Belki de yabancı medyada sıklıkla gördüğümüz "mental health" yani akıl sağlığımız için ve kendimizi tanımak için okullarda zorunlu bir ders olabilir. Özellikle de ergenlik döneminde insan kendini bulma yolculuğuna çıktığından dolayı liselerdeki rehberlik derslerinde bu gibi şeylere odaklanmak iyi olabilir. Ben kimim? Neleri severim? Neleri sevmem? Nasıl bir iş hayalim var? Hayata dair hayallerim neler? Hayalleri de iki kategoriye ayırabiliriz: 1) Gerçekleşmesi imkansız bile olsa fantezi dünyamızı hayal gücümüzü besleyen bilişsel hayaller. 2) Ulaşmayı/gerçekleştirmeyi hedeflediğimiz hayaller. Çünkü bazen bazı hayaller gerçekleşmek zorunda değildir, o hayalin varlığı, düşünülmesi bile bizi mutlu edebilir ve eğer mutlu ediyorsa yeterlidir diye düşünüyorum.

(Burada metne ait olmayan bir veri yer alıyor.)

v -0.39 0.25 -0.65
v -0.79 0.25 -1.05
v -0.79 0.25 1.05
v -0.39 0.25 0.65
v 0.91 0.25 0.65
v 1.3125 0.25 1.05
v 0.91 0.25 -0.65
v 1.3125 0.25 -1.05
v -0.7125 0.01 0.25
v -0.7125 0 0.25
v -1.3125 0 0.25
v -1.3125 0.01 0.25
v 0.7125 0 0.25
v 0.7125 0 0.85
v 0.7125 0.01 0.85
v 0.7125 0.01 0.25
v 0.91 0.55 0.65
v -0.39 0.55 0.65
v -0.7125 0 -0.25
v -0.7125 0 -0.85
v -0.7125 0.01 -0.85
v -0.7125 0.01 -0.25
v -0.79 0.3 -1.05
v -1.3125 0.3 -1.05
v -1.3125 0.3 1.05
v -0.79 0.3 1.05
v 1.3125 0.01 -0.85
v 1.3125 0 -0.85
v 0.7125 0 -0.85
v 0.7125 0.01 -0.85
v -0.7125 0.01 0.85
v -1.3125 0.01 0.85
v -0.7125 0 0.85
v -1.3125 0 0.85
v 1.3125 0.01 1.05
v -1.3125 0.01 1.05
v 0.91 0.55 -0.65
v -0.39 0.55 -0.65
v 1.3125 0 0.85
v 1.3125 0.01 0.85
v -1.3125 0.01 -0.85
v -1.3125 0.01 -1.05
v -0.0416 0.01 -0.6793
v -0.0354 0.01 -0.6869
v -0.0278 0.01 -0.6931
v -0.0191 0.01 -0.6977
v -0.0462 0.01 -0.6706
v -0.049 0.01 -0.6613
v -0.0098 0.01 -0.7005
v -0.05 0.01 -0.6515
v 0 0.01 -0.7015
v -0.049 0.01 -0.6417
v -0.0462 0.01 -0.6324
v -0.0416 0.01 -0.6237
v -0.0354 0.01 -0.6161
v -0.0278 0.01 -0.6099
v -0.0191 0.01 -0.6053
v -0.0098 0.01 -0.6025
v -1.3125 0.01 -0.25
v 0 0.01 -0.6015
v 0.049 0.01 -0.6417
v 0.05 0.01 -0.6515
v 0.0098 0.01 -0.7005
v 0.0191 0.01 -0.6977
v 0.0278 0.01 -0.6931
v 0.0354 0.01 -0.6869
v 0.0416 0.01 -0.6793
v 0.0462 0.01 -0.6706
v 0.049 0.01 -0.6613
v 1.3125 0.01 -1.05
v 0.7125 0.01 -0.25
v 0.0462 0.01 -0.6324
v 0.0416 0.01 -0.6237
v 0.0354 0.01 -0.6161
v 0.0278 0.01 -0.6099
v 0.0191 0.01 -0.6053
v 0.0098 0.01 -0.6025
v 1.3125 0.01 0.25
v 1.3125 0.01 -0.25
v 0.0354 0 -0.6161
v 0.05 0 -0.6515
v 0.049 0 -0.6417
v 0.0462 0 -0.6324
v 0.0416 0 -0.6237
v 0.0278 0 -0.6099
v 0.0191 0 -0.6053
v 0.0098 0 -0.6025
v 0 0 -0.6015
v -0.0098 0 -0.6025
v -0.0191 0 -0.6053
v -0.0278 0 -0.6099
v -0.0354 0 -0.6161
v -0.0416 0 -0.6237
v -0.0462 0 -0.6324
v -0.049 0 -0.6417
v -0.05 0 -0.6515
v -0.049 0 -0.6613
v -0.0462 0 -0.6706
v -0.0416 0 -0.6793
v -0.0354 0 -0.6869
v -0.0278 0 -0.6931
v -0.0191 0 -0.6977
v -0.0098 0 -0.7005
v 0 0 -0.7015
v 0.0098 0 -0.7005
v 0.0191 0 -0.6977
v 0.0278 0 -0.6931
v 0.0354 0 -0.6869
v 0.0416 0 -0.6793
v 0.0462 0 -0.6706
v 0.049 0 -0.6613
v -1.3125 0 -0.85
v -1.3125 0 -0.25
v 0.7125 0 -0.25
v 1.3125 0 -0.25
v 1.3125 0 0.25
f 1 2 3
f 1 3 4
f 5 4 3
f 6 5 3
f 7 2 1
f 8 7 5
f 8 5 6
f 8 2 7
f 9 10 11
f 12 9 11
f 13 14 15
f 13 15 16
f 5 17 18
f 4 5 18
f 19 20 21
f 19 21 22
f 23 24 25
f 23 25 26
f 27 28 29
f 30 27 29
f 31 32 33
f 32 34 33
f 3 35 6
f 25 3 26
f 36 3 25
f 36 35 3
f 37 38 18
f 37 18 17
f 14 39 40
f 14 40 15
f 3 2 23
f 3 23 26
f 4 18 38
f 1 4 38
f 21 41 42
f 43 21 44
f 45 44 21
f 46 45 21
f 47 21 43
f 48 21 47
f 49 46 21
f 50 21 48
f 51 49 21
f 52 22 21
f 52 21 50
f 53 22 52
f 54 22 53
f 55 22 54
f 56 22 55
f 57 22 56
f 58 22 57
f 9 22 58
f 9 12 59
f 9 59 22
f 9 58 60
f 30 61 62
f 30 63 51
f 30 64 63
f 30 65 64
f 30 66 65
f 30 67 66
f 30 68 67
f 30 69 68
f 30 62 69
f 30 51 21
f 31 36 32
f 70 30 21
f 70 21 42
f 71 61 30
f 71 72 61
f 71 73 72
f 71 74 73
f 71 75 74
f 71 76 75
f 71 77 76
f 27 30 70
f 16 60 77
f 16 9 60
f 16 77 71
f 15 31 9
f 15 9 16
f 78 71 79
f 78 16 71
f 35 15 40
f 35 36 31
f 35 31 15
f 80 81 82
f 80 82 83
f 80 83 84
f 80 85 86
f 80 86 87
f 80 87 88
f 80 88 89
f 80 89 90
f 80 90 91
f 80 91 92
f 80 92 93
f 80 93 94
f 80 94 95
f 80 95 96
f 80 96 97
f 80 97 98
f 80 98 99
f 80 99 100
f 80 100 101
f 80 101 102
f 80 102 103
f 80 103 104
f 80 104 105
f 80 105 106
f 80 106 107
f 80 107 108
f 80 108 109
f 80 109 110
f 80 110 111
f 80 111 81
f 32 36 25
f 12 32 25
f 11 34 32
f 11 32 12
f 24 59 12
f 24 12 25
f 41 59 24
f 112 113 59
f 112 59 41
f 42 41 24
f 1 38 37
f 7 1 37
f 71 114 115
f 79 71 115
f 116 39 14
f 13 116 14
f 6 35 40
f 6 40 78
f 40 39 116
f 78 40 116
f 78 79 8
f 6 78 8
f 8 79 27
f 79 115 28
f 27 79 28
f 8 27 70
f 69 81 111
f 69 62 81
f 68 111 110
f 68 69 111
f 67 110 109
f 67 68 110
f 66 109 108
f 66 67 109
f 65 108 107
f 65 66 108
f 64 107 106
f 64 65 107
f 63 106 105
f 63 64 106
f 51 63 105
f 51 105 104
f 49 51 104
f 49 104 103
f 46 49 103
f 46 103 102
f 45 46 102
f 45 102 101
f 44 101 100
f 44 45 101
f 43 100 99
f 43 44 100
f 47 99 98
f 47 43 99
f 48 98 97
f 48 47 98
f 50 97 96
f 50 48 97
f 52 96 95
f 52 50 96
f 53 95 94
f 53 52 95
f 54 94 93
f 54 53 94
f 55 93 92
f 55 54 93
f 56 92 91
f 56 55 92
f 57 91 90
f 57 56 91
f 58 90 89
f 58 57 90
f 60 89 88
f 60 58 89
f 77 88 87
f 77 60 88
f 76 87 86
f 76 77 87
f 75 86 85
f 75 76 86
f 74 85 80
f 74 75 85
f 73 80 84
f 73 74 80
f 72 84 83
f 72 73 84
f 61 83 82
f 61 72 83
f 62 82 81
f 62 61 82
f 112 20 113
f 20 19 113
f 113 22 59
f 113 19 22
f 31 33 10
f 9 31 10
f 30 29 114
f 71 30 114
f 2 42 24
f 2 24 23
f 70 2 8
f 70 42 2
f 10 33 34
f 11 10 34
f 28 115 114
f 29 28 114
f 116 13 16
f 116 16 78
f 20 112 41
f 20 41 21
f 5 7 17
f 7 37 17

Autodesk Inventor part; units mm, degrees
ref_plane "YZ Plane" through (0, 0, 0) normal (1, 0, 0) x (0, 1, 0)
ref_plane "XZ Plane" through (0, 0, 0) normal (0, 1, 0) x (-1, 0, 0)
ref_plane "XY Plane" through (0, 0, 0) normal (0, 0, 1) x (1, 0, 0)
sketch "Sketch1" plane through (0, 0, 0) normal (0, 1, 0) x (-1, 0, 0)
  line L0 (1.3125, 1.05) -> (-1.3125, 1.05)
  line L1 (-1.3125, 1.05) -> (-1.3125, -1.05)
  line L2 (-1.3125, -1.05) -> (1.3125, -1.05)
  line L3 (1.3125, -1.05) -> (1.3125, 1.05)
  line L4 (1.3125, 1.05) -> (-1.3125, -1.05) construction
  line L5 (-1.3125, 1.05) -> (1.3125, -1.05) construction
  point P0 (0, 0)
  dimension "d0" = 2.625
  dimension "d1" = 2.1
extrude "Extrusion1" add sketch "Sketch1" along normal blind 0.85
sketch "Sketch2" plane through (0, 0.85, 0) normal (0, 1, 0) x (1, 0, 0)
  line L0 (-0.39, -0.65) -> (0.91, -0.65)
  line L1 (0.91, -0.65) -> (0.91, 0.65)
  line L2 (0.91, 0.65) -> (-0.39, 0.65)
  line L3 (-0.39, 0.65) -> (-0.39, -0.65)
  line L4 (-0.39, -0.65) -> (0.91, 0.65) construction
  line L5 (0.91, -0.65) -> (-0.39, 0.65) construction
  line L6 (-1.3125, -1.05) -> (1.3125, -1.05) projected
  line L7 (1.3125, -1.05) -> (1.3125, 1.05) projected
  line L8 (1.3125, 1.05) -> (-1.3125, 1.05) projected
  line L9 (-1.3125, 1.05) -> (-1.3125, -1.05) projected
  point P0 (0, 0)
  point P1 (0.26, 0)
  dimension "d4" = 0.26
  dimension "d5" = 1.3
  dimension "d6" = 1.3
  dimension "d7" = 0
extrude "Extrusion2" cut sketch "Sketch2" against normal blind 0.3 contours L3 L2 L1 L0
sketch "Sketch3" plane through (0, 0.85, 0) normal (0, 1, 0) x (1, 0, 0)
  line L0 (0.91, 0.65) -> (0.91, -0.65) projected
  line L1 (0.91, -0.65) -> (-0.39, -0.65) projected
  line L2 (-0.39, -0.65) -> (-0.39, 0.65) projected
  line L3 (-0.39, 0.65) -> (0.91, 0.65) projected
  line L4 (-1.3125, -1.05) -> (1.3125, -1.05) projected
  line L5 (1.3125, -1.05) -> (1.3125, 1.05) projected
  line L6 (1.3125, 1.05) -> (-1.3125, 1.05) projected
  line L7 (-1.3125, 1.05) -> (-1.3125, -1.05) projected
  point P0 (0, 0)
extrude "Extrusion3" cut sketch "Sketch3" against normal blind 0.6
sketch "Sketch4" plane through (0, 0.25, 0) normal (0, 1, 0) x (1, 0, 0)
  line L0 (0.91, 0.65) -> (-0.39, 0.65) projected
  line L1 (0.91, -0.65) -> (0.91, 0.65) projected
  line L2 (-0.39, -0.65) -> (0.91, -0.65) projected
  line L3 (-0.39, 0.65) -> (-0.39, -0.65) projected
  line L4 (1.3125, -1.05) -> (-1.3125, -1.05) projected
  line L5 (1.3125, 1.05) -> (1.3125, -1.05) projected
  line L6 (-1.3125, 1.05) -> (1.3125, 1.05) projected
  line L7 (-1.3125, -1.05) -> (-1.3125, 1.05) projected
  line L8 (1.3125, 1.05) -> (-1.3125, 1.05) projected
  line L9 (-0.79, 1.05) -> (-0.79, -1.05)
  line L10 (1.3125, -1.05) -> (-1.3125, -1.05) projected
  point P0 (0, 0)
  dimension "d12" = 0.4
extrude "Extrusion4" add sketch "Sketch4" along normal blind 0.05 contours L4 L7 L6 L9
sketch "Sketch5" plane through (0, 0, 0) normal (0, -1, 0) x (1, 0, 0)
  line L0 (-1.3125, 1.05) -> (1.3125, 1.05) projected
  line L1 (-1.3125, -1.05) -> (-1.3125, 1.05) projected
  line L2 (1.3125, -1.05) -> (-1.3125, -1.05) projected
  line L3 (1.3125, 1.05) -> (1.3125, -1.05) projected
  line L4 (1.3125, -1.05) -> (1.3125, 1.05) projected
  line L5 (1.3125, 0.85) -> (0.7125, 0.85)
  line L6 (0.7125, 0.85) -> (0.7125, 0.25)
  line L7 (0.7125, 0.25) -> (1.3125, 0.25)
  line L8 (1.3125, 0.25) -> (1.3125, 0.85)
  line L9 (1.3125, 0) -> (-1.3125, 0) construction
  line L10 (1.3125, 1.05) -> (-0.79, 1.05) projected
  line L11 (0, 1.05) -> (0, -1.05) construction
  line L12 (1.3125, -0.85) -> (0.7125, -0.85)
  line L13 (0.7125, -0.85) -> (0.7125, -0.25)
  line L14 (0.7125, -0.25) -> (1.3125, -0.25)
  line L15 (1.3125, -0.25) -> (1.3125, -0.85)
  line L16 (-1.3125, 1.05) -> (-1.3125, -1.05)
  line L17 (-1.3125, -1.05) -> (-1.3125, 1.05)
  line L18 (-1.3125, 0.85) -> (-0.7125, 0.85)
  line L19 (-0.7125, 0.85) -> (-0.7125, 0.25)
  line L20 (-0.7125, 0.25) -> (-1.3125, 0.25)
  line L21 (-1.3125, 0.25) -> (-1.3125, 0.85)
  line L22 (-1.3125, -0.85) -> (-0.7125, -0.85)
  line L23 (-0.7125, -0.85) -> (-0.7125, -0.25)
  line L24 (-0.7125, -0.25) -> (-1.3125, -0.25)
  line L25 (-1.3125, -0.25) -> (-1.3125, -0.85)
  point P0 (0, 0)
  dimension "d15" = 0.25
  dimension "d16" = 0.6
  dimension "d17" = 0.6
extrude "Extrusion5" cut sketch "Sketch5" against normal blind 0.01 contours L0 L3 L5 L6 L7 L14 L13 L12 L2 L1 L22 L23 L24 L20 L19 L18
sketch "Sketch6" plane through (0, 0.01, 0) normal (0, -1, 0) x (1, 0, 0)
  circle A0 centre (0, -0.6515) radius 0.05
  point P0 (0, 0)
  dimension "d20" = 0.1
extrude "Extrusion6" add sketch "Sketch6" along normal up to surface (0.01 mm away)
properties part number "mppc" material "ABS Plastic"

Bu yazının yazılmasında ve bu fikirlere ulaşmamda, beni ben yapan düşünceleri derinlemesine düşünmemde üzerimde çok büyük etkiye sahip olan bir kitap var. O kitabı da sizlerle paylaşmak istiyorum. Ahmet Şerif İzgören'in yazmış olduğu Avucunuzdaki Kelebek kitabını okuduğunuzda kendi içinizde bir yolculuğa çıkacaksınız ve bence hem hayata hem de kendinize dair düşünceleriniz yeniden şekillenecek. Kitabın semineri de youtube üzerinde mevcut, dilerseniz ilk bakış için onu da izleyebilirsiniz.
SEVGİyle kalın...
Hiç yorum yok:
Yorum Gönder
EĞER TESADÜFEN YA DA HERHANGİ BİR ŞEKİLDE BU YAZIYA ULAŞTIYSANIZ VE OKUDUYSANIZ, LÜTFEN YORUM YAPIN! :)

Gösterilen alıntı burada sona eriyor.